Write out exactly the lines from the first line of the records below through the line that contains "v 41.25 71.447 23", and stop there.

(Collected data)
━━━━━━━━━━━━━━━━

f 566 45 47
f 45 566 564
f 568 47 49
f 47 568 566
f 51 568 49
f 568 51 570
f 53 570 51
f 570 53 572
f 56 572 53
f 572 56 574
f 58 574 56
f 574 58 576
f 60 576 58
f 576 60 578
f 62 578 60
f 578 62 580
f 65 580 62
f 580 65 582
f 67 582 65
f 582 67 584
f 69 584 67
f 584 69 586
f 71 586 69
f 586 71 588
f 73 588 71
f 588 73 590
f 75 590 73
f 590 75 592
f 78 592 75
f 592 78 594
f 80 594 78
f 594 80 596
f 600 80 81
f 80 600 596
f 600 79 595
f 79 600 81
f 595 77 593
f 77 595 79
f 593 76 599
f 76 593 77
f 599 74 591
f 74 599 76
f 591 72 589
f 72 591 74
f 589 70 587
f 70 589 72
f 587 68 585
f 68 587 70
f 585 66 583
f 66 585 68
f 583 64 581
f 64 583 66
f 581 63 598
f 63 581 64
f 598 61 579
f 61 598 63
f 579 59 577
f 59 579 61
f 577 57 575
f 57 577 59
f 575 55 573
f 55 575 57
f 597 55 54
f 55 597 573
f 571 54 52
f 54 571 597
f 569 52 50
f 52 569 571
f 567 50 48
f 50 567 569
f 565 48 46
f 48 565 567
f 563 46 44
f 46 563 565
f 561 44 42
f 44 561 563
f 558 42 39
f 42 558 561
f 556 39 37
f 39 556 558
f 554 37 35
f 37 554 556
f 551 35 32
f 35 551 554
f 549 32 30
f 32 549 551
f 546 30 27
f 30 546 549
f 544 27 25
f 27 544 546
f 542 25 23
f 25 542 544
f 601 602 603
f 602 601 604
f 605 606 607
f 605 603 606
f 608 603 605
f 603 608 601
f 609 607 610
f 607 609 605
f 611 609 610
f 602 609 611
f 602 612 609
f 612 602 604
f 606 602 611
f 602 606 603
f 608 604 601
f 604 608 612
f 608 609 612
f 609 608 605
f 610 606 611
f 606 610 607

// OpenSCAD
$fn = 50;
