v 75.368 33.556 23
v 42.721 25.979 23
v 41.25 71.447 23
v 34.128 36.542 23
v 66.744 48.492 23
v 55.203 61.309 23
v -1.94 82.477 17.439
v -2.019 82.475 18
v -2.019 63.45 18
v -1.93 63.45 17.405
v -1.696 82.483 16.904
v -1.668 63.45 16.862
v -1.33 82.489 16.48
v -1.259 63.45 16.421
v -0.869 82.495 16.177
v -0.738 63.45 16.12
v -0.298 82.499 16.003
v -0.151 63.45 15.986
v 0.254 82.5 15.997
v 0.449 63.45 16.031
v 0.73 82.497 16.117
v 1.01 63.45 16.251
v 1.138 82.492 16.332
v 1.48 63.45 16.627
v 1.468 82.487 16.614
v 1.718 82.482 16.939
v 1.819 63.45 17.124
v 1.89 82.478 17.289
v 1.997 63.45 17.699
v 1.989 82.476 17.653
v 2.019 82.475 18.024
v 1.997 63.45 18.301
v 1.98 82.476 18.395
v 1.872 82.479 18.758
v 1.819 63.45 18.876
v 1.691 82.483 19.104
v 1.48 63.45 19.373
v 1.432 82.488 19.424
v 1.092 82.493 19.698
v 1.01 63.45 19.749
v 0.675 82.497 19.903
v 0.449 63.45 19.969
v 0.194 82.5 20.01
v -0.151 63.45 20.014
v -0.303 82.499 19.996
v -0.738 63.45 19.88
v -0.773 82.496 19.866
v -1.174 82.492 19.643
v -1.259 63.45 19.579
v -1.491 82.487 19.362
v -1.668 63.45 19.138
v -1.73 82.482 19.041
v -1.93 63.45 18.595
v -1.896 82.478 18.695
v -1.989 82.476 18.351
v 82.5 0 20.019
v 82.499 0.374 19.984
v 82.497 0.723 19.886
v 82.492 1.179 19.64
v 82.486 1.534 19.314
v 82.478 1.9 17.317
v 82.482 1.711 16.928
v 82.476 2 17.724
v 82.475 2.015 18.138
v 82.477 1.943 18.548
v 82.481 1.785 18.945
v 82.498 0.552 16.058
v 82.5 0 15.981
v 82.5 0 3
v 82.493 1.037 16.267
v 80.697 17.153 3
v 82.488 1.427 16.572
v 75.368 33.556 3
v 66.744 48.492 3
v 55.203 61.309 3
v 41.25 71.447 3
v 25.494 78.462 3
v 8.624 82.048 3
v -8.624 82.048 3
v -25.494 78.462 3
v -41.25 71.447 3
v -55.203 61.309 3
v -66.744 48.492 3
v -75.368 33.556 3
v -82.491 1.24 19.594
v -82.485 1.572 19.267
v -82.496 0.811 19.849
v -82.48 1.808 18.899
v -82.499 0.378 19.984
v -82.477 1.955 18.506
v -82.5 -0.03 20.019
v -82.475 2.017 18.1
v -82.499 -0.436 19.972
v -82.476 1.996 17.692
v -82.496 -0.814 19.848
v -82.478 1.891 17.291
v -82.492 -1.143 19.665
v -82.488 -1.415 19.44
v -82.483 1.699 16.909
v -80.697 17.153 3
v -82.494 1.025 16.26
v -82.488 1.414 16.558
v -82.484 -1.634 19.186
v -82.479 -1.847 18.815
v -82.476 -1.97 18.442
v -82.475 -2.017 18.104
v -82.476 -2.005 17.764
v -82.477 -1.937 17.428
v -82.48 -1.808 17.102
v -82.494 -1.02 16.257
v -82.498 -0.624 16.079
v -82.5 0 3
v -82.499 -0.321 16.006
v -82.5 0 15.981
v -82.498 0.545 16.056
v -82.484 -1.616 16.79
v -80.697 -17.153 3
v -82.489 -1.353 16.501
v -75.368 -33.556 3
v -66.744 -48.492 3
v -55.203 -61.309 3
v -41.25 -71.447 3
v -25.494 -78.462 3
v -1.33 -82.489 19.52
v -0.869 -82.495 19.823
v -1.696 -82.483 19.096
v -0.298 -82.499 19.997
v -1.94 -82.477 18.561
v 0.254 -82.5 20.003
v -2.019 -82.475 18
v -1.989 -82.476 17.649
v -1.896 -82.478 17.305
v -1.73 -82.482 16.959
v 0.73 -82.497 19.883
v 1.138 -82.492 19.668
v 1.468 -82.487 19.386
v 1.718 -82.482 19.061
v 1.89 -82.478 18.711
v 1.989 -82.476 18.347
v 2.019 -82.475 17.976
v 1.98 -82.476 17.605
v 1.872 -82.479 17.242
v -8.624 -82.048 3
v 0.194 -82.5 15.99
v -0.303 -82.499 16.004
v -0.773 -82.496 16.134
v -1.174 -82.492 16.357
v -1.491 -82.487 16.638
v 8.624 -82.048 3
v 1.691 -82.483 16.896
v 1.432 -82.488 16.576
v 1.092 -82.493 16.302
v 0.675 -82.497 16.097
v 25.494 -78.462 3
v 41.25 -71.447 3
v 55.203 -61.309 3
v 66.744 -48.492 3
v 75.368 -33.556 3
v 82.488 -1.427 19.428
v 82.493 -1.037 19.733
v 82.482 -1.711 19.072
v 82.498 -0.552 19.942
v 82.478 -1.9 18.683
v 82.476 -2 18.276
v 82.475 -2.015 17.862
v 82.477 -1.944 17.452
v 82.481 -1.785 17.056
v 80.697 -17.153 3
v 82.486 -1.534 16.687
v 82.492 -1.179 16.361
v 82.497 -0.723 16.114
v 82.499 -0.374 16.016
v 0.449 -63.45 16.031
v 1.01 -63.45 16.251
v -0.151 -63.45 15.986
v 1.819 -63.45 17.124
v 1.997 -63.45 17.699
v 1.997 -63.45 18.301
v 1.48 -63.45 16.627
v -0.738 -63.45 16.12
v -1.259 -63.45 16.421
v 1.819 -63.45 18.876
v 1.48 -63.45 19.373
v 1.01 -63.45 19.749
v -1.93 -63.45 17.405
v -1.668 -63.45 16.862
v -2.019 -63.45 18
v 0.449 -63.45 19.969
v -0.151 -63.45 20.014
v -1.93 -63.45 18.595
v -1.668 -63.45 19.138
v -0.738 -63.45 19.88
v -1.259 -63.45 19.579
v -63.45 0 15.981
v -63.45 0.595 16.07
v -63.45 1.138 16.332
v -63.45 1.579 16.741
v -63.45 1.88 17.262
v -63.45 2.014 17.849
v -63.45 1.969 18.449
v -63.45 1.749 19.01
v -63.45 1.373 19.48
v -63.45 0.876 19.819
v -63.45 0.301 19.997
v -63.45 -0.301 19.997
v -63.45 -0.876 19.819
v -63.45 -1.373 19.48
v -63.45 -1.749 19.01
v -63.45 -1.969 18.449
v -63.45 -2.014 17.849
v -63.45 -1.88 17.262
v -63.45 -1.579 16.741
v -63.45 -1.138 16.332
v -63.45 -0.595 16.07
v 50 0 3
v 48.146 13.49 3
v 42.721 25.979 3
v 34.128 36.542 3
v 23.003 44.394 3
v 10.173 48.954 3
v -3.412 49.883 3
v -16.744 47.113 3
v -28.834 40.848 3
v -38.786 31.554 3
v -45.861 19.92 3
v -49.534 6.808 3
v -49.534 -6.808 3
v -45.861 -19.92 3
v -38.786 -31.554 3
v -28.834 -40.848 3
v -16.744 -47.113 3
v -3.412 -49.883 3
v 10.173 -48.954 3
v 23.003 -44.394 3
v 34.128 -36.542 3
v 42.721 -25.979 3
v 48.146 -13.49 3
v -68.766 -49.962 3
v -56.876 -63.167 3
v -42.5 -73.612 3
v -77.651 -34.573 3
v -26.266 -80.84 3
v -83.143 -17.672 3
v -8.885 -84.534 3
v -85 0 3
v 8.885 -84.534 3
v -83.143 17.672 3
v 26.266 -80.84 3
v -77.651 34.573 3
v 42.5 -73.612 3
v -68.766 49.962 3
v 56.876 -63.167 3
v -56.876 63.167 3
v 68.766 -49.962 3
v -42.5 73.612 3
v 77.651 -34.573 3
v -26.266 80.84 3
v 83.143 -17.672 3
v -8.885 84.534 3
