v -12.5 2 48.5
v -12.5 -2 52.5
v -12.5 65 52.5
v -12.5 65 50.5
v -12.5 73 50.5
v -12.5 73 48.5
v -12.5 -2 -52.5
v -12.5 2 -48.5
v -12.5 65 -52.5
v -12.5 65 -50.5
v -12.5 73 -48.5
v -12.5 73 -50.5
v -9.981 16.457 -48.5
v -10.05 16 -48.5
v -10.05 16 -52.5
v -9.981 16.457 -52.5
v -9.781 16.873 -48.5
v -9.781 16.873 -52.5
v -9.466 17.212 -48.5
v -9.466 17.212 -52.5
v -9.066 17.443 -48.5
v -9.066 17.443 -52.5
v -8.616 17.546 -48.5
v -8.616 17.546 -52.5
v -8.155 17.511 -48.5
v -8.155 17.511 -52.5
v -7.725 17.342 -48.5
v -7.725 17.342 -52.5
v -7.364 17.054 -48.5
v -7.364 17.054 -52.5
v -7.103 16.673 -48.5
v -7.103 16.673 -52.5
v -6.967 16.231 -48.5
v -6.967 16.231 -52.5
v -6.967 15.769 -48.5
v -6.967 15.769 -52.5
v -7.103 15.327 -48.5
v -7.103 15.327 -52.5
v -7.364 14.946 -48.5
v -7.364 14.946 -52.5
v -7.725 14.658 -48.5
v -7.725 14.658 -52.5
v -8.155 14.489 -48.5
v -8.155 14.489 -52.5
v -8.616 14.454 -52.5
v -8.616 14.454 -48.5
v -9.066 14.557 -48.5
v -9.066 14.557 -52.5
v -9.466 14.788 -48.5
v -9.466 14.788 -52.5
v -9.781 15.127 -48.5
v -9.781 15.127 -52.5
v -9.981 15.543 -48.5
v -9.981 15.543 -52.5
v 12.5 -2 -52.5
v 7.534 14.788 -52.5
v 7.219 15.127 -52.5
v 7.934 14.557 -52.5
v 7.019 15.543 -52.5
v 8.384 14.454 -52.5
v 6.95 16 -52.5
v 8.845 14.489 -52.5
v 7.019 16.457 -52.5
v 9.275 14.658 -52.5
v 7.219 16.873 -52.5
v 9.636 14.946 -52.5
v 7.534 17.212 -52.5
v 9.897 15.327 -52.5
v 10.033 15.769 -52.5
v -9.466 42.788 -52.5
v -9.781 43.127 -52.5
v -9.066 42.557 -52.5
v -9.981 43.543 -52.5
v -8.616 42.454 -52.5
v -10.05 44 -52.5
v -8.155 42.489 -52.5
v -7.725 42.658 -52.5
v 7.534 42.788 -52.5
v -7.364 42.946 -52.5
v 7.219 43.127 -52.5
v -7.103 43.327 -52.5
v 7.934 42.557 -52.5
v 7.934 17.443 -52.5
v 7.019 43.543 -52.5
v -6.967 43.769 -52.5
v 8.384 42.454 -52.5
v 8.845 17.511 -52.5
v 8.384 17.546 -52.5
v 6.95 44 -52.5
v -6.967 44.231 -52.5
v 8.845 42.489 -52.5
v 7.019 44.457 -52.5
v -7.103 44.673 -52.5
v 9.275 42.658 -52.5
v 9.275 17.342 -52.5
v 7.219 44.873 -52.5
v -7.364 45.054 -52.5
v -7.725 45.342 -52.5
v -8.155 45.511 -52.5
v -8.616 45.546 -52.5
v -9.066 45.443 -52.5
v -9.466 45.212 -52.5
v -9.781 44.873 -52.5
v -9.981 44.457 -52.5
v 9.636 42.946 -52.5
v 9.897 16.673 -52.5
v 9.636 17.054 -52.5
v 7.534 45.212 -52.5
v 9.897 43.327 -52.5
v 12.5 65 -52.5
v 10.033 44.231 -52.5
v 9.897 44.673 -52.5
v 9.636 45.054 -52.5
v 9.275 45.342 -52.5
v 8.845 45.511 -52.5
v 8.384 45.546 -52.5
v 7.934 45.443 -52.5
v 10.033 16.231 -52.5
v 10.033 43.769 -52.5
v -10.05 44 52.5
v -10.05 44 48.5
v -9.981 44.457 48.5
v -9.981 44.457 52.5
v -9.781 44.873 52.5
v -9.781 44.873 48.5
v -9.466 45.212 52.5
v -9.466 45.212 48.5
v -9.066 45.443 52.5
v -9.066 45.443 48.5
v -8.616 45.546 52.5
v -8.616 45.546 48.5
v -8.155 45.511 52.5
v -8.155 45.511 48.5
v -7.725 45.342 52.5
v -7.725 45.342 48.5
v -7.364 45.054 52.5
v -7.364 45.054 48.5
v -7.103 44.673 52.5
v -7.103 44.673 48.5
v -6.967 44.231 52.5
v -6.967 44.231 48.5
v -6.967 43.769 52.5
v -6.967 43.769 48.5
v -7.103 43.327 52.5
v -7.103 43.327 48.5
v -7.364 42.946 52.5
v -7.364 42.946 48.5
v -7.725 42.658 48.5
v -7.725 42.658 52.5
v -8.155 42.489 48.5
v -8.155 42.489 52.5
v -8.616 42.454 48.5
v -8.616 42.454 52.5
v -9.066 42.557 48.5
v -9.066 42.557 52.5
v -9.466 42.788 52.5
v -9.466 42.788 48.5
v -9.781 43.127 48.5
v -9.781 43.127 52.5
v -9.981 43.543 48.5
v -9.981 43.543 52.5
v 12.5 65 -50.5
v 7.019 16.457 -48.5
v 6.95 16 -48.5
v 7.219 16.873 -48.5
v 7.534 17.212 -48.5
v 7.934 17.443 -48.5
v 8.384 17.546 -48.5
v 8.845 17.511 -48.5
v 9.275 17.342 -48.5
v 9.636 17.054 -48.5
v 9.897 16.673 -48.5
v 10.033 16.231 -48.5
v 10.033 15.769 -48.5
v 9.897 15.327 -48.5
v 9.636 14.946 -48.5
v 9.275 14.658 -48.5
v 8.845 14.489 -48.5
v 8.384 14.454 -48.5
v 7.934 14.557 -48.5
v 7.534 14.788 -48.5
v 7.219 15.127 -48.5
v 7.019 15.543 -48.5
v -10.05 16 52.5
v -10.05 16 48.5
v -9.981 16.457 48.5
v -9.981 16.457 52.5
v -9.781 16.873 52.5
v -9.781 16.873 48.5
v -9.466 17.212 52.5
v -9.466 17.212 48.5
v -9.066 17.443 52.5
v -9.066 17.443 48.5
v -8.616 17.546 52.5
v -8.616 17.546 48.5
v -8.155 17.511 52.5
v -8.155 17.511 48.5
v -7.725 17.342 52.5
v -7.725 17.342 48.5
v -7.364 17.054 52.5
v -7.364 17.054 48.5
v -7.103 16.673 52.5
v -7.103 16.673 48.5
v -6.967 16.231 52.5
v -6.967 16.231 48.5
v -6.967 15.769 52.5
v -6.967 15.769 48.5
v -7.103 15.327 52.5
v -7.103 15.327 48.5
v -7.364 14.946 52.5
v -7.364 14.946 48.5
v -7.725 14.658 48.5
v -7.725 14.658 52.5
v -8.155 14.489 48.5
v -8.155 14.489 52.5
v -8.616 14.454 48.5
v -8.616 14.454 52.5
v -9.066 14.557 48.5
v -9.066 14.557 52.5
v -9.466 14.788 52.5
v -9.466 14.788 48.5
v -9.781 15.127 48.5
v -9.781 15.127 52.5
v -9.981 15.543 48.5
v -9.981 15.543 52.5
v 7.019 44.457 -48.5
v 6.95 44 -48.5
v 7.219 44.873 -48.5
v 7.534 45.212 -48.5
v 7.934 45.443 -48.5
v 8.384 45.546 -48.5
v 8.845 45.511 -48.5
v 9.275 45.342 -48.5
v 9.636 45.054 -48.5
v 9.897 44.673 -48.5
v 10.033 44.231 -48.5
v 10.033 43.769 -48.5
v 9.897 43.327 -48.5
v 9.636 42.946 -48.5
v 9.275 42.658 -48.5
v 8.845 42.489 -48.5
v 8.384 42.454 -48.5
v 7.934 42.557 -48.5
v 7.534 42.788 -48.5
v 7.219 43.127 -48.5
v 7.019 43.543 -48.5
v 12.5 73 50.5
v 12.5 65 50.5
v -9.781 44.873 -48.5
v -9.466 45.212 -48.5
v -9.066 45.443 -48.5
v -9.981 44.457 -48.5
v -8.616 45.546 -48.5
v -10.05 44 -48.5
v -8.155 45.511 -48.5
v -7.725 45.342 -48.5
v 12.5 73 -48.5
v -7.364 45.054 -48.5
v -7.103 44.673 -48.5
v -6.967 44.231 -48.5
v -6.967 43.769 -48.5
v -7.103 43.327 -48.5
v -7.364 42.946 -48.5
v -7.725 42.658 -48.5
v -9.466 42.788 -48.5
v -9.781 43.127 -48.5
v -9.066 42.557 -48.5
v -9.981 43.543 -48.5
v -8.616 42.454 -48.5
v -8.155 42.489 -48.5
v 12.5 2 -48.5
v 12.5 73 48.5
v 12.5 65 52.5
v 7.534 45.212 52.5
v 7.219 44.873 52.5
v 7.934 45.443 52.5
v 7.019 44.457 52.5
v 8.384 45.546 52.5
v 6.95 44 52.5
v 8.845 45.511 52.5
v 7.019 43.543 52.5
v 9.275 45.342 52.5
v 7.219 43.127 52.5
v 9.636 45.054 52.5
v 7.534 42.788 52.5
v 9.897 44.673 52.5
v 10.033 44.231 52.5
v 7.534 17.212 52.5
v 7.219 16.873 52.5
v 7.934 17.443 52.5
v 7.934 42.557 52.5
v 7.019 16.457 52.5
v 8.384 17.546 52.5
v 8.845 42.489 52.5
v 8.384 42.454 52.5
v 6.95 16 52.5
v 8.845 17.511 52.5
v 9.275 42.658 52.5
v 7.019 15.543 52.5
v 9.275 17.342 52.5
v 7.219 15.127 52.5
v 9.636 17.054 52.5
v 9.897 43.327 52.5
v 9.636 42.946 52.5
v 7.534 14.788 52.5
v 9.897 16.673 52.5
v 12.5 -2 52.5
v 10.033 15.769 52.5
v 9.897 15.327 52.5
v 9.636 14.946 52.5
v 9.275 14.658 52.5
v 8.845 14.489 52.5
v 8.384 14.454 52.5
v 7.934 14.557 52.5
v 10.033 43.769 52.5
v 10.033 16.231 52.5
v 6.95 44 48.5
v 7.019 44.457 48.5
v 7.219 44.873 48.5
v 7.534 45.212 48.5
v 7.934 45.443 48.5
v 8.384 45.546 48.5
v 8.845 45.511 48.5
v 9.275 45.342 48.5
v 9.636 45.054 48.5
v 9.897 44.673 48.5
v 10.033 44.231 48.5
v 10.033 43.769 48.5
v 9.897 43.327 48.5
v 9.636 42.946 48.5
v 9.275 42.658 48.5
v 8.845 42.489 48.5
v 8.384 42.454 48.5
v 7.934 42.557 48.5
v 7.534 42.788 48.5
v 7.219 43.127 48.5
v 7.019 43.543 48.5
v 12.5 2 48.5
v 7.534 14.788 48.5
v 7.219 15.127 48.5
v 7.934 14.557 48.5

━━━━━━━━━━━━━━━━

◆ Answer to the problem
f 566 45 47
f 45 566 564
f 568 47 49
f 47 568 566
f 51 568 49
f 568 51 570
f 53 570 51
f 570 53 572
f 56 572 53
f 572 56 574
f 58 574 56
f 574 58 576
f 60 576 58
f 576 60 578
f 62 578 60
f 578 62 580
f 65 580 62
f 580 65 582
f 67 582 65
f 582 67 584
f 69 584 67
f 584 69 586
f 71 586 69
f 586 71 588
f 73 588 71
f 588 73 590
f 75 590 73
f 590 75 592
f 78 592 75
f 592 78 594
f 80 594 78
f 594 80 596
f 600 80 81
f 80 600 596
f 600 79 595
f 79 600 81
f 595 77 593
f 77 595 79
f 593 76 599
f 76 593 77
f 599 74 591
f 74 599 76
f 591 72 589
f 72 591 74
f 589 70 587
f 70 589 72
f 587 68 585
f 68 587 70
f 585 66 583
f 66 585 68
f 583 64 581
f 64 583 66
f 581 63 598
f 63 581 64
f 598 61 579
f 61 598 63
f 579 59 577
f 59 579 61
f 577 57 575
f 57 577 59
f 575 55 573
f 55 575 57
f 597 55 54
f 55 597 573
f 571 54 52
f 54 571 597
f 569 52 50
f 52 569 571
f 567 50 48
f 50 567 569
f 565 48 46
f 48 565 567
f 563 46 44
f 46 563 565
f 561 44 42
f 44 561 563
f 558 42 39
f 42 558 561
f 556 39 37
f 39 556 558
f 554 37 35
f 37 554 556
f 551 35 32
f 35 551 554
f 549 32 30
f 32 549 551
f 546 30 27
f 30 546 549
f 544 27 25
f 27 544 546
f 542 25 23
f 25 542 544
f 601 602 603
f 602 601 604
f 605 606 607
f 605 603 606
f 608 603 605
f 603 608 601
f 609 607 610
f 607 609 605
f 611 609 610
f 602 609 611
f 602 612 609
f 612 602 604
f 606 602 611
f 602 606 603
f 608 604 601
f 604 608 612
f 608 609 612
f 609 608 605
f 610 606 611
f 606 610 607

// OpenSCAD
$fn = 50;
v 75.368 33.556 23
v 42.721 25.979 23
v 41.25 71.447 23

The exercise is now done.